Code generation for fast inference of Deep Learning models ROOT/TMVA SOFIE (“System for Optimized Fast Inference code Emit”) is a new package introduced in this release that generates C++ functions easily invokable for the fast inference of trained neural network models. It takes ONNX model files as inputs and produces C++ header files that can be included and utilized in a “plug-and-go” style. This is a new development and it is currently still in experimental stage. SOFIE can take your trained ONNX model and generate blazingly fast C++ code from it, depending only on BLAS.
- Announcement https://root.cern/doc/v626/release-notes.html#sofie-code-generation-for-fast-inference-of-deep-learning-models
- SOFIE was created by Sitong An https://sitongan.github.io/ a Marie Curie Fellow at CERN
- Supported ONNX operators: https://github.com/root-project/root/blob/master/tmva/sofie/inc/TMVA/OperatorList.hxx
- SOFIE is part of TMVA, the ROOT Machine Learning library https://root.cern/manual/tmva/
- Sitang's demo models can be found here: https://github.com/sitongan/TMVAFastInferencePrototype
Requires building ROOT from source with experimental flags: https://root.cern/install/build_from_source/
git clone git@github.com:root-project/root.git
cd root
mkdir root_install root_build
cd root_build
cmake -DCMAKE_INSTALL_PREFIX=../root_install ../ -Dtmva-sofie=ON -Dtmva-pymva=On -DPython3_EXECUTABLE=CHOOSEYOURPYTHONBINARY
cmake --build . --target install -j2
source <installdir>/bin/thisroot.sh
Requires Eigen library to be installed on Bela.

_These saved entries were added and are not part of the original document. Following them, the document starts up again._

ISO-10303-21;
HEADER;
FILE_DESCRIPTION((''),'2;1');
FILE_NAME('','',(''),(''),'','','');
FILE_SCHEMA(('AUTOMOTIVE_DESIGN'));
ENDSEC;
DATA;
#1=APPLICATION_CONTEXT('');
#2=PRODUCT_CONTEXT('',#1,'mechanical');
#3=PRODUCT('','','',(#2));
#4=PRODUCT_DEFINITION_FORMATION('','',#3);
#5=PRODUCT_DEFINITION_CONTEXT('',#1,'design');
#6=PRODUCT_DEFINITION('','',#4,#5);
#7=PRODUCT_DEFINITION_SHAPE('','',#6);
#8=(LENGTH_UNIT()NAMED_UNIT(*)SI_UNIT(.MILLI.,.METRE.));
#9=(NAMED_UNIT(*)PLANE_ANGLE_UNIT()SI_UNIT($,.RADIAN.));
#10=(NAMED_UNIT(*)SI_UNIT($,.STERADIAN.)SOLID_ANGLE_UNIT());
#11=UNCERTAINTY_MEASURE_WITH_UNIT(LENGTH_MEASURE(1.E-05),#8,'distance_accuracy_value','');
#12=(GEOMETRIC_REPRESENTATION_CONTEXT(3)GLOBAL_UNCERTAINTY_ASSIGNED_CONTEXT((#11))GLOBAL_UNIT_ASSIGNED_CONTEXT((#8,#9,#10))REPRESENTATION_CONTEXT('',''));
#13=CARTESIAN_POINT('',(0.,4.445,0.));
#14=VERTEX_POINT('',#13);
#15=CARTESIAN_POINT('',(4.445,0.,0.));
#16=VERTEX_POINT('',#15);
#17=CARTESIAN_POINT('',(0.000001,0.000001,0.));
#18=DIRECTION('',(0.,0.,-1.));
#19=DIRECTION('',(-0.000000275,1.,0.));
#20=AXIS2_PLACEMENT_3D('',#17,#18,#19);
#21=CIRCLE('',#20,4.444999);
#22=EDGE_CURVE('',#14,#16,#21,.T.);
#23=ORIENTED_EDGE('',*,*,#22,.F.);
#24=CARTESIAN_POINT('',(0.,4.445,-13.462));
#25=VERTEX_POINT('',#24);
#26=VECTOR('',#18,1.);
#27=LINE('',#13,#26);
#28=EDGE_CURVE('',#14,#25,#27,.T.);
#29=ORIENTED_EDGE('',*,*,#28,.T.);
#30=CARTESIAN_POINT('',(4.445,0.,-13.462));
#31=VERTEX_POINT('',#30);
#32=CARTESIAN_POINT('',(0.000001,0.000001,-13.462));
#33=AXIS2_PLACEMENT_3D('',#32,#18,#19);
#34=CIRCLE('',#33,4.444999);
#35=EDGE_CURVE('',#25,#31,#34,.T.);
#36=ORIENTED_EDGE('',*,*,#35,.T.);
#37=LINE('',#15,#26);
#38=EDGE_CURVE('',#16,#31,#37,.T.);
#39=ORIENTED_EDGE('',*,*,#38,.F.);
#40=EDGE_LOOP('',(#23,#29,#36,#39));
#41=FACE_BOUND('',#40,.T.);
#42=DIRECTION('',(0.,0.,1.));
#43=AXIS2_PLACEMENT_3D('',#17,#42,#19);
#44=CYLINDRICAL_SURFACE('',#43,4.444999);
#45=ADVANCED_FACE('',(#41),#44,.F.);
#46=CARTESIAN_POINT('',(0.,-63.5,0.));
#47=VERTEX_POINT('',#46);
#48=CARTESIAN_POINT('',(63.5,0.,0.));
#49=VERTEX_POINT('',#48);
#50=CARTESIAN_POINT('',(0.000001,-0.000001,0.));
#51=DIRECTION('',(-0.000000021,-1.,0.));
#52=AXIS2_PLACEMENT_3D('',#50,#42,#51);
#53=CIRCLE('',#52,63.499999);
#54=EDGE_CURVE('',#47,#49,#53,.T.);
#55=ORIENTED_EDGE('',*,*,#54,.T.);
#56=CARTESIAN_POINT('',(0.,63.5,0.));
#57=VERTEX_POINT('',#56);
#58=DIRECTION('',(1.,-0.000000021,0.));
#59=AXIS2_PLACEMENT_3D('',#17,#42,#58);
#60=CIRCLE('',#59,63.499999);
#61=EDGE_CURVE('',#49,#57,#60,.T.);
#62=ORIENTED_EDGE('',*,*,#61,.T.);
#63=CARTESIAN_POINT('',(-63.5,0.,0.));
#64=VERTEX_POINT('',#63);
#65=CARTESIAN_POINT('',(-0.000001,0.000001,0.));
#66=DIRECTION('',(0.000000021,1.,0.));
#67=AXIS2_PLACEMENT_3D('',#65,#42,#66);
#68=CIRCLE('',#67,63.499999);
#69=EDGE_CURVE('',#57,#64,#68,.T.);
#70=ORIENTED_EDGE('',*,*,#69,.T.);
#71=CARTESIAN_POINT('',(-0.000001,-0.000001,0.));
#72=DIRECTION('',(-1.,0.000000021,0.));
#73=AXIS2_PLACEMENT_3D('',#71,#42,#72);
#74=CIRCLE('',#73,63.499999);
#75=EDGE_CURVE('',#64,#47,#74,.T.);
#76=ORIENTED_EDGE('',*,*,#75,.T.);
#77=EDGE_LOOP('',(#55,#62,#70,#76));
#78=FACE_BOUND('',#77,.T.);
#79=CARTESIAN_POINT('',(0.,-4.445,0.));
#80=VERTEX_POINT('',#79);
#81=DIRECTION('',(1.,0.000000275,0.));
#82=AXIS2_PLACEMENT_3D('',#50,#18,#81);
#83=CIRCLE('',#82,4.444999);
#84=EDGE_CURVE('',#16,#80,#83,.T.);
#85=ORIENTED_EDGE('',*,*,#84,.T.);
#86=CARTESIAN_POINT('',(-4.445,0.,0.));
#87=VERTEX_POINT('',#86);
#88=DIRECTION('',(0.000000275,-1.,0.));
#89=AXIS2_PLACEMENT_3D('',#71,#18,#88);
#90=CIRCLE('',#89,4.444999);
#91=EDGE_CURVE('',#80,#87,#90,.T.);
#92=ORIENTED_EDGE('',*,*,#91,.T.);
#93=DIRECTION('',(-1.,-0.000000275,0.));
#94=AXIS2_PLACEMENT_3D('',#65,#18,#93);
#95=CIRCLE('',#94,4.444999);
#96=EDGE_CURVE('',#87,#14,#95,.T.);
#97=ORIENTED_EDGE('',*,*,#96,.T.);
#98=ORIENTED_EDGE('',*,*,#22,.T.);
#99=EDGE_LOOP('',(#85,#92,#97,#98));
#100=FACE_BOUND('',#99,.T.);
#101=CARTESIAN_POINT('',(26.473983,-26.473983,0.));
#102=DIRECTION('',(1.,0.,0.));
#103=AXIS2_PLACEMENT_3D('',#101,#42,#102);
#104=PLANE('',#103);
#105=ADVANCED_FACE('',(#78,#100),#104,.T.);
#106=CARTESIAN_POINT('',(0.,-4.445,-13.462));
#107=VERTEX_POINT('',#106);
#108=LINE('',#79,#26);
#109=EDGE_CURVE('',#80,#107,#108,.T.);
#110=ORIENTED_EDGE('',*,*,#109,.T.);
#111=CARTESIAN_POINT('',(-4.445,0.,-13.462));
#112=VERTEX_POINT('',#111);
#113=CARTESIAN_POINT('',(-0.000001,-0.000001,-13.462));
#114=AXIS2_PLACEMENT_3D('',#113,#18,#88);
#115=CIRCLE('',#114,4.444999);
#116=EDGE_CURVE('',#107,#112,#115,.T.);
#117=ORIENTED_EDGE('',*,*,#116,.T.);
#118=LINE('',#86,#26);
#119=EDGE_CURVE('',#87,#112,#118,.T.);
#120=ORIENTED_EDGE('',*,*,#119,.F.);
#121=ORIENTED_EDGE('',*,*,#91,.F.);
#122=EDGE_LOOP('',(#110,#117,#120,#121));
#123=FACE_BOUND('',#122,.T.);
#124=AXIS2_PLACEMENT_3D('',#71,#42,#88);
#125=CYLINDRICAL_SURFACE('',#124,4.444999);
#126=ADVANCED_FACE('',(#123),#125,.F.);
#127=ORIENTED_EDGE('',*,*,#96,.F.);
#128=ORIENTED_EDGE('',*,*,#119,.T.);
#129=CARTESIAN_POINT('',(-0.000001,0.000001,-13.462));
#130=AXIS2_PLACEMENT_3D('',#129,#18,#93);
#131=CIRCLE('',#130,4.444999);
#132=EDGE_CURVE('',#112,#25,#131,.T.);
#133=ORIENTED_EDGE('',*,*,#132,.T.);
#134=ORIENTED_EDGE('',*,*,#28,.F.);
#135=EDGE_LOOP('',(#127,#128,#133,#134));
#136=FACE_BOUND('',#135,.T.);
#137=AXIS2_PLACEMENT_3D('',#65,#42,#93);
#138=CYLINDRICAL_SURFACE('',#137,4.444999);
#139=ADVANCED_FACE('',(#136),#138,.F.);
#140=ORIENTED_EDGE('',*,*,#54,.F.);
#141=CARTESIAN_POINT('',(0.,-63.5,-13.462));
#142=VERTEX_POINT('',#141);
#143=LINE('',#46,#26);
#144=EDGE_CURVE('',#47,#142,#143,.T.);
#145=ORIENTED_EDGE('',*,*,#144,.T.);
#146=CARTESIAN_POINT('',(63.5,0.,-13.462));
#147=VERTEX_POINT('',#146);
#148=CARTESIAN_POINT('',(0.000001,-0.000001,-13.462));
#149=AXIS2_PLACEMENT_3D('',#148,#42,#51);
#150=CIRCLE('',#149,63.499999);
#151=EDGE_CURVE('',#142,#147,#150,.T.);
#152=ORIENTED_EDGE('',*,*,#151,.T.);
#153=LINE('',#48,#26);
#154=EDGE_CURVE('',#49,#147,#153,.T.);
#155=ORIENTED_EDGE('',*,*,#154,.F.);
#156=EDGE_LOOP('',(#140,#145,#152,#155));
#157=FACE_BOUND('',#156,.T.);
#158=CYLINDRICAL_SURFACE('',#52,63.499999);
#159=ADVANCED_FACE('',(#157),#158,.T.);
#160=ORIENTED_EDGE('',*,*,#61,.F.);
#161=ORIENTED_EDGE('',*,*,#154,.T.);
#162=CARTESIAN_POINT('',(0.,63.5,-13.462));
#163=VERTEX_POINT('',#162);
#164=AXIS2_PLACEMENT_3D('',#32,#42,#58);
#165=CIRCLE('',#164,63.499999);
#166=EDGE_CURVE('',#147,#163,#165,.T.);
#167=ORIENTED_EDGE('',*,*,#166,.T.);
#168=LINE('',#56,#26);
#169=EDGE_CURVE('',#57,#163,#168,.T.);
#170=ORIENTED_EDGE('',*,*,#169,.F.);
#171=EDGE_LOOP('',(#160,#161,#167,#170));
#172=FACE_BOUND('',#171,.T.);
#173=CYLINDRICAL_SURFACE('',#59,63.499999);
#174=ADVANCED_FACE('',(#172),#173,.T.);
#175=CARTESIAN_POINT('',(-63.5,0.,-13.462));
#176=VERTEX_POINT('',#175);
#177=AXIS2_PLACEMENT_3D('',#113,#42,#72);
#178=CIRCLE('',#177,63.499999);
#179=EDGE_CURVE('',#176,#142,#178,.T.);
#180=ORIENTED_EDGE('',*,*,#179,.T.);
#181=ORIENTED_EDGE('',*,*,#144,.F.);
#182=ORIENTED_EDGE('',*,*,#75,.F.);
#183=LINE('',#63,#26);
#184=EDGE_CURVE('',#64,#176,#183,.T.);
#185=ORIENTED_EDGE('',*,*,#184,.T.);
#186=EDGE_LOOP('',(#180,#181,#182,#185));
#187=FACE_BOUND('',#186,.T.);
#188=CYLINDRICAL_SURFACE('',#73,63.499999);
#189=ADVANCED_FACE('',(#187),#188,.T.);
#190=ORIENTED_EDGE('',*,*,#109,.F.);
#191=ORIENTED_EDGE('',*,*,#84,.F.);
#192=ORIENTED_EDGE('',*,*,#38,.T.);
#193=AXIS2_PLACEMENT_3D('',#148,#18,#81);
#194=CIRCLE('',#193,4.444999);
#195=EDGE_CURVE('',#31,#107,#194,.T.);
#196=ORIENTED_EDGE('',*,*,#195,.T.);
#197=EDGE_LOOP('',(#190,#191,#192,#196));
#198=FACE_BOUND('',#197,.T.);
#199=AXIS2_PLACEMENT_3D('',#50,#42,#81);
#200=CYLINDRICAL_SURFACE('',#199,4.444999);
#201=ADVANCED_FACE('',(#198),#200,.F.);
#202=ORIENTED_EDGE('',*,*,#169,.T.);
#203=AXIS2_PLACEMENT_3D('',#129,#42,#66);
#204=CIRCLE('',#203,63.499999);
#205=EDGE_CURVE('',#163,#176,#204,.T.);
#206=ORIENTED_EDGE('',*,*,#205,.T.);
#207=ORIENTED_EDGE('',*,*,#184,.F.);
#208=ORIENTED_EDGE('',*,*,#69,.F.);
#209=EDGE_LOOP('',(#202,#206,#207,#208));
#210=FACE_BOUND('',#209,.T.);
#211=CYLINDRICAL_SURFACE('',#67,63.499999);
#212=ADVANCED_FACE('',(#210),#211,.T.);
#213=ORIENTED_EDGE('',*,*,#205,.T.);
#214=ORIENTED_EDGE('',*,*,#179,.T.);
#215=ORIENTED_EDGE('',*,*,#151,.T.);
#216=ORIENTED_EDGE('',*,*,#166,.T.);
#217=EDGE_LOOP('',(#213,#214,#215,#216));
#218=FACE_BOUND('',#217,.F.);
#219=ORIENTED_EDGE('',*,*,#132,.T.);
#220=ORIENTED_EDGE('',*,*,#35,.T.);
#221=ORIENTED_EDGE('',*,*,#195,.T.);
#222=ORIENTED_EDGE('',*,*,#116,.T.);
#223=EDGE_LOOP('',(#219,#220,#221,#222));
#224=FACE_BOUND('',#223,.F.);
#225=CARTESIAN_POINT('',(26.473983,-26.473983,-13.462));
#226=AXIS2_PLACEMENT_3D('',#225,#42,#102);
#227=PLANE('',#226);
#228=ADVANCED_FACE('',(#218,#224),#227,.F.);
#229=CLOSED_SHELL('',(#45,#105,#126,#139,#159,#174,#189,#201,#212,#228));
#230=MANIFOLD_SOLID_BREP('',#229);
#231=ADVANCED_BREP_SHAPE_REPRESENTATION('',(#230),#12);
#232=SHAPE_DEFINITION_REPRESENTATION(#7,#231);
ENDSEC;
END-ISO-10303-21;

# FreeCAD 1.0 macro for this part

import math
import FreeCAD as App
import Part
import Sketcher
from FreeCAD import Vector
Q = App.Units.Quantity

doc = App.newDocument("Part")
params = doc.addObject("Spreadsheet::Sheet", "Params")
for row, (alias, value) in enumerate([
    ("sketch1_radius", "2.4999999 in"),
    ("sketch1_radius2", "0.175 in"),
    ("pad1_length", "0.53 in"),
], start=1):
    params.set(f"A{row}", alias)
    params.set(f"B{row}", "=" + value)
    params.setAlias(f"B{row}", alias)

body = doc.addObject("PartDesign::Body", "Body")

# Sketch on XY plane
sketch1 = body.newObject("Sketcher::SketchObject", "Sketch")
sketch1.AttachmentSupport = (doc.getObject("XY_Plane"), [""])
sketch1.MapMode = "FlatFace"
sketch1.addGeometry(Part.ArcOfCircle(Part.Circle(Vector(0, 0, 0), Vector(0, 0, 1), 63.5), math.radians(-90), math.radians(0)), False)
sketch1.addGeometry(Part.ArcOfCircle(Part.Circle(Vector(0, 0, 0), Vector(0, 0, 1), 63.5), math.radians(0), math.radians(90)), False)
sketch1.addGeometry(Part.ArcOfCircle(Part.Circle(Vector(0, 0, 0), Vector(0, 0, 1), 63.5), math.radians(90), math.radians(180)), False)
sketch1.addGeometry(Part.ArcOfCircle(Part.Circle(Vector(0, 0, 0), Vector(0, 0, 1), 63.5), math.radians(180), math.radians(270)), False)
sketch1.addGeometry(Part.ArcOfCircle(Part.Circle(Vector(0, 0, 0), Vector(0, 0, 1), 4.4), math.radians(0), math.radians(90)), False)
sketch1.addGeometry(Part.ArcOfCircle(Part.Circle(Vector(0, 0, 0), Vector(0, 0, 1), 4.4), math.radians(-90), math.radians(0)), False)
sketch1.addGeometry(Part.ArcOfCircle(Part.Circle(Vector(0, 0, 0), Vector(0, 0, 1), 4.4), math.radians(180), math.radians(270)), False)
sketch1.addGeometry(Part.ArcOfCircle(Part.Circle(Vector(0, 0, 0), Vector(0, 0, 1), 4.4), math.radians(90), math.radians(180)), False)
sketch1.addConstraint(Sketcher.Constraint("Tangent", 0, 2, 1, 1))
sketch1.addConstraint(Sketcher.Constraint("Tangent", 1, 2, 2, 1))
sketch1.addConstraint(Sketcher.Constraint("Tangent", 2, 2, 3, 1))
sketch1.addConstraint(Sketcher.Constraint("Tangent", 3, 2, 0, 1))
sketch1.addConstraint(Sketcher.Constraint("Tangent", 4, 1, 5, 2))
sketch1.addConstraint(Sketcher.Constraint("Tangent", 5, 1, 6, 2))
sketch1.addConstraint(Sketcher.Constraint("Tangent", 6, 1, 7, 2))
sketch1.addConstraint(Sketcher.Constraint("Tangent", 7, 1, 4, 2))
sketch1.addConstraint(Sketcher.Constraint("Coincident", 0, 3, -1, 1))
sketch1.addConstraint(Sketcher.Constraint("Coincident", 4, 3, -1, 1))
sketch1.addConstraint(Sketcher.Constraint("Equal", 0, 1))
sketch1.addConstraint(Sketcher.Constraint("Equal", 4, 5))
sketch1.addConstraint(Sketcher.Constraint("PointOnObject", 0, 2, -1))
sketch1.addConstraint(Sketcher.Constraint("PointOnObject", 1, 2, -2))
sketch1.addConstraint(Sketcher.Constraint("PointOnObject", 2, 2, -1))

I installed via apt-get install libeigen3-dev
but for some reason could only include it by editing the model files with #include "../../../usr/include/eigen3/Eigen/Eigen"
:/.
ONNX | Time (us) | CPU % | Notes |
---|---|---|---|
Linear_2 | 650 | 9.3 | |
Linear_4 | 720 | 9.5 | |
Linear_8 | 920 | 10 | |
Linear_16 | 1480 | 10.3 | |
Linear_32 | segfault | ||
Linear_64 | No .hxx file available | ||
Linear_event | undefined reference to `sgemv_' | ||
Linear_RDF | undefined reference to `sgemv_' | ||
LinearNN | segfault |
Tried with this: https://github.com/rodrigodzf/DeepLearningForBela/blob/main/python/mlp_pytorch.py
And got ~570ms per pass, apparently 25x slower than ArmNN!